▸ Work request
Only one stretch of the data below should be repeated: the lines from the line containing "#174=LINE('',#105,#56);" through the line containing "#203=DIRECTION('',(-0.432244907,0.901756253,0.));", inclusive, exactly as they are.

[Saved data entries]
- - -

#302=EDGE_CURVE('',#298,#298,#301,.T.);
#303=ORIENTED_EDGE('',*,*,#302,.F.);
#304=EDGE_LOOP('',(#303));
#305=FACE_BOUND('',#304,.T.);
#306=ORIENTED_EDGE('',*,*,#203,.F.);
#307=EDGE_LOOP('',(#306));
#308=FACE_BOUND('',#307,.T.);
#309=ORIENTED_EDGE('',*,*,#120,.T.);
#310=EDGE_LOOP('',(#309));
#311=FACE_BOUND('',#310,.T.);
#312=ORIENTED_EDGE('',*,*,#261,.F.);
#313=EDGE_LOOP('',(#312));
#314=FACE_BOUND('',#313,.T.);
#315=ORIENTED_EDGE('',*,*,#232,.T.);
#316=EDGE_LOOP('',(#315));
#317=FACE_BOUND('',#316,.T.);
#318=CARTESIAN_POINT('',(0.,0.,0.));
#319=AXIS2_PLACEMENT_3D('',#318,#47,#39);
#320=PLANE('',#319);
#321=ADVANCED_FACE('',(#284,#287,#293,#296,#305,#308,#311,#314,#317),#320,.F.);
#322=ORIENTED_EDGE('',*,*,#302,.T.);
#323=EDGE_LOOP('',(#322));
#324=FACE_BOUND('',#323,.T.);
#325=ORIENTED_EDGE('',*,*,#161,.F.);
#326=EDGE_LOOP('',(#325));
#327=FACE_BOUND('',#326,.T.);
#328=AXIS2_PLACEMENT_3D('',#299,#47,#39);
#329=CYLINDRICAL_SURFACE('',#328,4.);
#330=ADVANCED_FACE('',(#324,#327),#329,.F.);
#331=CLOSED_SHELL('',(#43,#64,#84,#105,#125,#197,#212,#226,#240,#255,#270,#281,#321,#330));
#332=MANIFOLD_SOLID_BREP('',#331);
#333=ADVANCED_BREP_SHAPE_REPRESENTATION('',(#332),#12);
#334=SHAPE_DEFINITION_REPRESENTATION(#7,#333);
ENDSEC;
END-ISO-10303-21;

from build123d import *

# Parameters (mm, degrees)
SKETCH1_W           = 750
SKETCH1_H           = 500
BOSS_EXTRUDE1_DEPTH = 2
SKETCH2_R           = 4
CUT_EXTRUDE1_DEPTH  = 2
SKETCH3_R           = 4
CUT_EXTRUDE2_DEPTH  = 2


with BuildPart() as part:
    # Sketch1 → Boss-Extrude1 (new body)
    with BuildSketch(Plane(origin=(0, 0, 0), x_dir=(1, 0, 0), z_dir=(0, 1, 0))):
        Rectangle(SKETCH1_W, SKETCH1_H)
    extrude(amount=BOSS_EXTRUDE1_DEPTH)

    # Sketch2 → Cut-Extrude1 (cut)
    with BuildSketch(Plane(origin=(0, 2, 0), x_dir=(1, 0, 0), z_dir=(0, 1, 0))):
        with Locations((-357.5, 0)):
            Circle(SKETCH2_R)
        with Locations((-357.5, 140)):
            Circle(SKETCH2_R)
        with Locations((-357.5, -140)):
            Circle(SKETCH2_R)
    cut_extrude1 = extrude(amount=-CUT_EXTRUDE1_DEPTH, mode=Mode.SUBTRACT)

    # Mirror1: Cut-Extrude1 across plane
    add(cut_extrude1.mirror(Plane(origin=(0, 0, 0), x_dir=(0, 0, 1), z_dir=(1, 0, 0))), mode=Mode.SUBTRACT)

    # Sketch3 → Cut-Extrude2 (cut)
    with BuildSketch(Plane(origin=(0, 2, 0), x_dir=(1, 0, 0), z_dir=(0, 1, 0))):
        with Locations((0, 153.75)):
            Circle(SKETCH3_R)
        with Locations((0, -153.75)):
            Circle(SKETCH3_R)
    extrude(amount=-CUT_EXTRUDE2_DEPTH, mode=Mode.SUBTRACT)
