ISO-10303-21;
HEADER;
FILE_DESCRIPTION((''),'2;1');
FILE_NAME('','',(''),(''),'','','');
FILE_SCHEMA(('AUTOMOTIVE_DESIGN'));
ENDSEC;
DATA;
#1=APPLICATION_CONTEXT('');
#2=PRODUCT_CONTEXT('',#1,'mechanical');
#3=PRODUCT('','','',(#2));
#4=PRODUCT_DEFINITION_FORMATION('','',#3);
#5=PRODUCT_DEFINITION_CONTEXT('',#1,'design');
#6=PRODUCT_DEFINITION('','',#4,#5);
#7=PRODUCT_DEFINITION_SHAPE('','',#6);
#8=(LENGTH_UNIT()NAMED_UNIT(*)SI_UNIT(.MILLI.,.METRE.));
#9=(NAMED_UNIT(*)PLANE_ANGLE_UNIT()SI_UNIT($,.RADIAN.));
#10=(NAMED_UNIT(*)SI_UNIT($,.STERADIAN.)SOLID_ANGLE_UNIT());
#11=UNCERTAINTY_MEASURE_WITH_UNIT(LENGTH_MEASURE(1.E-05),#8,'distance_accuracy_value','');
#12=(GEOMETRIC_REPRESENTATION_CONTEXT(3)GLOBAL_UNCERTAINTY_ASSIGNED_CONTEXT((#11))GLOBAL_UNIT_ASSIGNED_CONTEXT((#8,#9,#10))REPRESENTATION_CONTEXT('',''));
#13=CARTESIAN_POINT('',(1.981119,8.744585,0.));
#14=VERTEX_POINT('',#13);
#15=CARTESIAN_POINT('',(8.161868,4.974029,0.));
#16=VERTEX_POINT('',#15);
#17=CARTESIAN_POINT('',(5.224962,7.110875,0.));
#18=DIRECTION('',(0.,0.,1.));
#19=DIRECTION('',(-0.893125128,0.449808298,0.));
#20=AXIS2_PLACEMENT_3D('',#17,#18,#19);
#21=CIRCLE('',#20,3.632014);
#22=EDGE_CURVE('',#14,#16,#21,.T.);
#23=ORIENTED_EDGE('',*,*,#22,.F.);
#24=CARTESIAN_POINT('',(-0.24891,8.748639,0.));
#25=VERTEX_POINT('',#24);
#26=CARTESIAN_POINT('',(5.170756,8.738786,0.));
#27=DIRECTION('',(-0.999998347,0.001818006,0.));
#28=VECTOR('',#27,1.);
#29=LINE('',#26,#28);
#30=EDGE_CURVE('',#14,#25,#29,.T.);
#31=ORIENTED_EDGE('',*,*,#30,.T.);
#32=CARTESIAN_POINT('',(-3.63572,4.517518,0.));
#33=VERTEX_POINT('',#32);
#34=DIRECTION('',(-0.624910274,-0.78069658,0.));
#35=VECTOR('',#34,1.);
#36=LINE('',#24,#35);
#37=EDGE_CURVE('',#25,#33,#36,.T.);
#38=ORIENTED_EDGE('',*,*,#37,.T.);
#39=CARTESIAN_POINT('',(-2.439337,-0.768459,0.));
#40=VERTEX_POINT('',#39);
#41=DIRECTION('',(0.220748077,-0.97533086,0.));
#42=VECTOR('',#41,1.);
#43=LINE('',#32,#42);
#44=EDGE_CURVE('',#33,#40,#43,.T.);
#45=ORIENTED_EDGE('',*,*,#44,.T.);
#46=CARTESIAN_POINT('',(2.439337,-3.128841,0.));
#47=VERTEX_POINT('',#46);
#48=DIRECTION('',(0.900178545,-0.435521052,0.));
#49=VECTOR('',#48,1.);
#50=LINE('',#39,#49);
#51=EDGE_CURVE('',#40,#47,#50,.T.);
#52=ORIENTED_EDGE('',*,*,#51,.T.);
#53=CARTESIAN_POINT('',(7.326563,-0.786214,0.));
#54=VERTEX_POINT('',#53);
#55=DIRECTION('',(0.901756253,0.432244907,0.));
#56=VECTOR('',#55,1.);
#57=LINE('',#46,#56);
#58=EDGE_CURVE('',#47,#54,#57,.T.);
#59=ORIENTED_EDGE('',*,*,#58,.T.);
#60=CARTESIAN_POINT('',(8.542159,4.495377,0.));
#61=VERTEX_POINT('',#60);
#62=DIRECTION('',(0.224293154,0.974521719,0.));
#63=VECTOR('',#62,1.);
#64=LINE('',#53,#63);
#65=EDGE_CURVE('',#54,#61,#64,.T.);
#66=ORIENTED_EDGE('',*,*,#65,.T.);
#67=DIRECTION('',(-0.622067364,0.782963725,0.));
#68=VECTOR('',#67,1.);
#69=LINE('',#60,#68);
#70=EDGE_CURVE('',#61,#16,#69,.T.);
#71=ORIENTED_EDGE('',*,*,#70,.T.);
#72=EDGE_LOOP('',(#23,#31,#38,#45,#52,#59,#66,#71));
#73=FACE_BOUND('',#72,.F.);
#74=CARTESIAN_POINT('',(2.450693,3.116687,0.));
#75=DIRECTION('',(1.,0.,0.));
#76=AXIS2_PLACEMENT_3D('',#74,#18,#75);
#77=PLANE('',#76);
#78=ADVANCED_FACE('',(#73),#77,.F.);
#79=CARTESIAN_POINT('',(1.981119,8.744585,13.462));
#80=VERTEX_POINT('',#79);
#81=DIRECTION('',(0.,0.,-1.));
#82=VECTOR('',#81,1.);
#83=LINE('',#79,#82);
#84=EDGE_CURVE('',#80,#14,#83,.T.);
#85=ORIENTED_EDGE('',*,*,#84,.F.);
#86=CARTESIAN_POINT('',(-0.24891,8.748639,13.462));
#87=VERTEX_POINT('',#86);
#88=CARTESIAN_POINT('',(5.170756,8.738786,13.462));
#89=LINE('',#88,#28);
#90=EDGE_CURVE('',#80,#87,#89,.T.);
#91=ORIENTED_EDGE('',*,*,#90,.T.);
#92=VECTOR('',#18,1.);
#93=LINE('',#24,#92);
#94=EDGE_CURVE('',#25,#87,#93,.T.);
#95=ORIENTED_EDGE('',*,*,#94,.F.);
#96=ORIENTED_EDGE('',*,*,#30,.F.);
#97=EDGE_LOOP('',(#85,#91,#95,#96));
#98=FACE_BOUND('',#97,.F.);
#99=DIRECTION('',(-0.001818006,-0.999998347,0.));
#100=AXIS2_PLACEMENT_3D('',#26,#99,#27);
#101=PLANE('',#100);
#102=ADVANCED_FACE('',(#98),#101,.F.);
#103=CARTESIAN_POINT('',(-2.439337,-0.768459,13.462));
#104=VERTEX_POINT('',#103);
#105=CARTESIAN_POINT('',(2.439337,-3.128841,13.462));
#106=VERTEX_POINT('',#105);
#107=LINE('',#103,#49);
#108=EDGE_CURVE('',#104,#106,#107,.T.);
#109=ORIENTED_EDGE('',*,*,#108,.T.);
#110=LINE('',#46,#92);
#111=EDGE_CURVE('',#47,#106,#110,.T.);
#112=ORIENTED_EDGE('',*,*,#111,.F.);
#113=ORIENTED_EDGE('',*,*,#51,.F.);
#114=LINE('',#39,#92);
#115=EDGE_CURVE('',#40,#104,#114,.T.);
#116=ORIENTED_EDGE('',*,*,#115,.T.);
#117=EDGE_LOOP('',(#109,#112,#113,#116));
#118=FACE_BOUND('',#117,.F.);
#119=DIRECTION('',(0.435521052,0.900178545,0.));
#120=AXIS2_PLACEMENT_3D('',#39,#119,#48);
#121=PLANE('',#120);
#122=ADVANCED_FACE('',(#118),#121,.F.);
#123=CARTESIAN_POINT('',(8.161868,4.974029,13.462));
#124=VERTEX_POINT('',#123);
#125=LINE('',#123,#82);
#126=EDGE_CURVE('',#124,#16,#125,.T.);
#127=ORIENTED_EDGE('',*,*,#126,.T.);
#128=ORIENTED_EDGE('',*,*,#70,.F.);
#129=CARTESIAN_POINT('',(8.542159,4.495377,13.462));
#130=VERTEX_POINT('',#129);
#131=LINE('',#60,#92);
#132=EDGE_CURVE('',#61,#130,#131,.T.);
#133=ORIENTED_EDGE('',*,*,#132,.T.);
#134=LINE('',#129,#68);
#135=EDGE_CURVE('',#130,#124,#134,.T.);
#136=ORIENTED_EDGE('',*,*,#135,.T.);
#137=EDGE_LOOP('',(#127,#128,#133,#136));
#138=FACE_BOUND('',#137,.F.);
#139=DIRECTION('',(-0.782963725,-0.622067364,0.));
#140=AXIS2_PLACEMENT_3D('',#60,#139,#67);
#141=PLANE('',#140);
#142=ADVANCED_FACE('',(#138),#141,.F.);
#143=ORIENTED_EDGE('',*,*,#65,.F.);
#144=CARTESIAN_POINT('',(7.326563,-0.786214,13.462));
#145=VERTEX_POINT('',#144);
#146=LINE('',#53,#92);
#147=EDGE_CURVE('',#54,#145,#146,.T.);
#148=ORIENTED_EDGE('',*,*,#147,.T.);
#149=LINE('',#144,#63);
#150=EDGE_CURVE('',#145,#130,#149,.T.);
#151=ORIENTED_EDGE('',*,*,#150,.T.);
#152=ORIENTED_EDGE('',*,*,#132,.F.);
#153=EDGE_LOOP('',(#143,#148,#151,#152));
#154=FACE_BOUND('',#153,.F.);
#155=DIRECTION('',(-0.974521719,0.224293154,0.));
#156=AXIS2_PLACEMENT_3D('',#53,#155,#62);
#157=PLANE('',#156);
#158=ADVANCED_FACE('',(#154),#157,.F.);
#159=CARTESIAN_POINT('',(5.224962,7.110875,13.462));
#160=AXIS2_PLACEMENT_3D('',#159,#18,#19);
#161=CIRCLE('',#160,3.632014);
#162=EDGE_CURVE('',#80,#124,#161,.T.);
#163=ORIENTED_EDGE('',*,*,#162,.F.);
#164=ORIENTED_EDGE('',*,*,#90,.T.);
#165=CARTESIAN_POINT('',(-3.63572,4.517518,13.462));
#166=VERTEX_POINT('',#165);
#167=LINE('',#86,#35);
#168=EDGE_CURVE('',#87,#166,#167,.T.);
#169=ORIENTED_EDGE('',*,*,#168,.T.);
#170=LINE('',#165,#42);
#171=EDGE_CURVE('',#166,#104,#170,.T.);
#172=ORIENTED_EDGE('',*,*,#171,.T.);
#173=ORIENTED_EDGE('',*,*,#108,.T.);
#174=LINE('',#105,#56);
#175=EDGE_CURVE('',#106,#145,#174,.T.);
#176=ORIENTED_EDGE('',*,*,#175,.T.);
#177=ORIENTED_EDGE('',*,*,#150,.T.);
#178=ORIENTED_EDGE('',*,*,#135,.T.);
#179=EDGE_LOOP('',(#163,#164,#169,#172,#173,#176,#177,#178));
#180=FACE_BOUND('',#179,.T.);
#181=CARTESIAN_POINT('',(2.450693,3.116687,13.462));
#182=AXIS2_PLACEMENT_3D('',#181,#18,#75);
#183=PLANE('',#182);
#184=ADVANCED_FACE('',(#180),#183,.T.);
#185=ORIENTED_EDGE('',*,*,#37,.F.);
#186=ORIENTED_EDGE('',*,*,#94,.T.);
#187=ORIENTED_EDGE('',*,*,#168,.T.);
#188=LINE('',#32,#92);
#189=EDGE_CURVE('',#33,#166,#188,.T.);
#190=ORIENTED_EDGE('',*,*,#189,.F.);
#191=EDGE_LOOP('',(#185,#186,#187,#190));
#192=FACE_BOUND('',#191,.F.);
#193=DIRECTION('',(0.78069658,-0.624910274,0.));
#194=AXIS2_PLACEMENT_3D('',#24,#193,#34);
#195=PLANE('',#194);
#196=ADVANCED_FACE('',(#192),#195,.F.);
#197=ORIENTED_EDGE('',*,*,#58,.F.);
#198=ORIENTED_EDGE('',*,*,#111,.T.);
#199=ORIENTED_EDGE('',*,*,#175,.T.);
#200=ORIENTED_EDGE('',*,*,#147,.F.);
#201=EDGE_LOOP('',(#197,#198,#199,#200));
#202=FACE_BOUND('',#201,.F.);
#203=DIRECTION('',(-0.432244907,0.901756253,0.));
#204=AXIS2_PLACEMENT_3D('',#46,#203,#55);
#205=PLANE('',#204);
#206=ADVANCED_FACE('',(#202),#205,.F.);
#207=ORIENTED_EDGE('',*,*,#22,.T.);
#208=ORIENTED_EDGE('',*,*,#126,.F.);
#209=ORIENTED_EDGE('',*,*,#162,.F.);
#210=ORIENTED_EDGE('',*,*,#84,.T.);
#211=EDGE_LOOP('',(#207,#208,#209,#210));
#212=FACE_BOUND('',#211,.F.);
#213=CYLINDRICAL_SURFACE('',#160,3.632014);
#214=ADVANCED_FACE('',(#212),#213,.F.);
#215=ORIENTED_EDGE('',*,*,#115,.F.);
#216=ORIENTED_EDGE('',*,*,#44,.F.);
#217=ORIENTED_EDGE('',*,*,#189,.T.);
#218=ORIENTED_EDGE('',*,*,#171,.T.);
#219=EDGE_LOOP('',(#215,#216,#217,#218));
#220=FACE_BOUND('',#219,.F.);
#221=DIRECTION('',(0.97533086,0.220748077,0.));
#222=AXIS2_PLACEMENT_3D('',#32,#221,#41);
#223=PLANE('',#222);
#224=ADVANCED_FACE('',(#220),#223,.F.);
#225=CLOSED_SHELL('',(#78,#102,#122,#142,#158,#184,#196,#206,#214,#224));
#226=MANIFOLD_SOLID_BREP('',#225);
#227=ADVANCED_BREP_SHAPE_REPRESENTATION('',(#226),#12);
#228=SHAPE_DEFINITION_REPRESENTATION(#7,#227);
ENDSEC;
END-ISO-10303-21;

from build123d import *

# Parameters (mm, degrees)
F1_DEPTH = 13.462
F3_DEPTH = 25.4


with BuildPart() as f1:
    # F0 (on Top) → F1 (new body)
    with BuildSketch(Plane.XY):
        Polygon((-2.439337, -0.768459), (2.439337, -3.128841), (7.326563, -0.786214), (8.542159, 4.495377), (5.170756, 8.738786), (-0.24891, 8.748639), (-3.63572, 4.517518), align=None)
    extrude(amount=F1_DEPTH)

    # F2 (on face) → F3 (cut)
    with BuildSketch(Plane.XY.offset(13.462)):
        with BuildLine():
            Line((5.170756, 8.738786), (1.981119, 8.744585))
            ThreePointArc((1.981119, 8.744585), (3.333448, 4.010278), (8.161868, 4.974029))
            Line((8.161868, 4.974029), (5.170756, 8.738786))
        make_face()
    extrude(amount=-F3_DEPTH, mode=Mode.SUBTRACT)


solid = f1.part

- - -

▸ Solution to the problem
#174=LINE('',#105,#56);
#175=EDGE_CURVE('',#106,#145,#174,.T.);
#176=ORIENTED_EDGE('',*,*,#175,.T.);
#177=ORIENTED_EDGE('',*,*,#150,.T.);
#178=ORIENTED_EDGE('',*,*,#135,.T.);
#179=EDGE_LOOP('',(#163,#164,#169,#172,#173,#176,#177,#178));
#180=FACE_BOUND('',#179,.T.);
#181=CARTESIAN_POINT('',(2.450693,3.116687,13.462));
#182=AXIS2_PLACEMENT_3D('',#181,#18,#75);
#183=PLANE('',#182);
#184=ADVANCED_FACE('',(#180),#183,.T.);
#185=ORIENTED_EDGE('',*,*,#37,.F.);
#186=ORIENTED_EDGE('',*,*,#94,.T.);
#187=ORIENTED_EDGE('',*,*,#168,.T.);
#188=LINE('',#32,#92);
#189=EDGE_CURVE('',#33,#166,#188,.T.);
#190=ORIENTED_EDGE('',*,*,#189,.F.);
#191=EDGE_LOOP('',(#185,#186,#187,#190));
#192=FACE_BOUND('',#191,.F.);
#193=DIRECTION('',(0.78069658,-0.624910274,0.));
#194=AXIS2_PLACEMENT_3D('',#24,#193,#34);
#195=PLANE('',#194);
#196=ADVANCED_FACE('',(#192),#195,.F.);
#197=ORIENTED_EDGE('',*,*,#58,.F.);
#198=ORIENTED_EDGE('',*,*,#111,.T.);
#199=ORIENTED_EDGE('',*,*,#175,.T.);
#200=ORIENTED_EDGE('',*,*,#147,.F.);
#201=EDGE_LOOP('',(#197,#198,#199,#200));
#202=FACE_BOUND('',#201,.F.);
#203=DIRECTION('',(-0.432244907,0.901756253,0.));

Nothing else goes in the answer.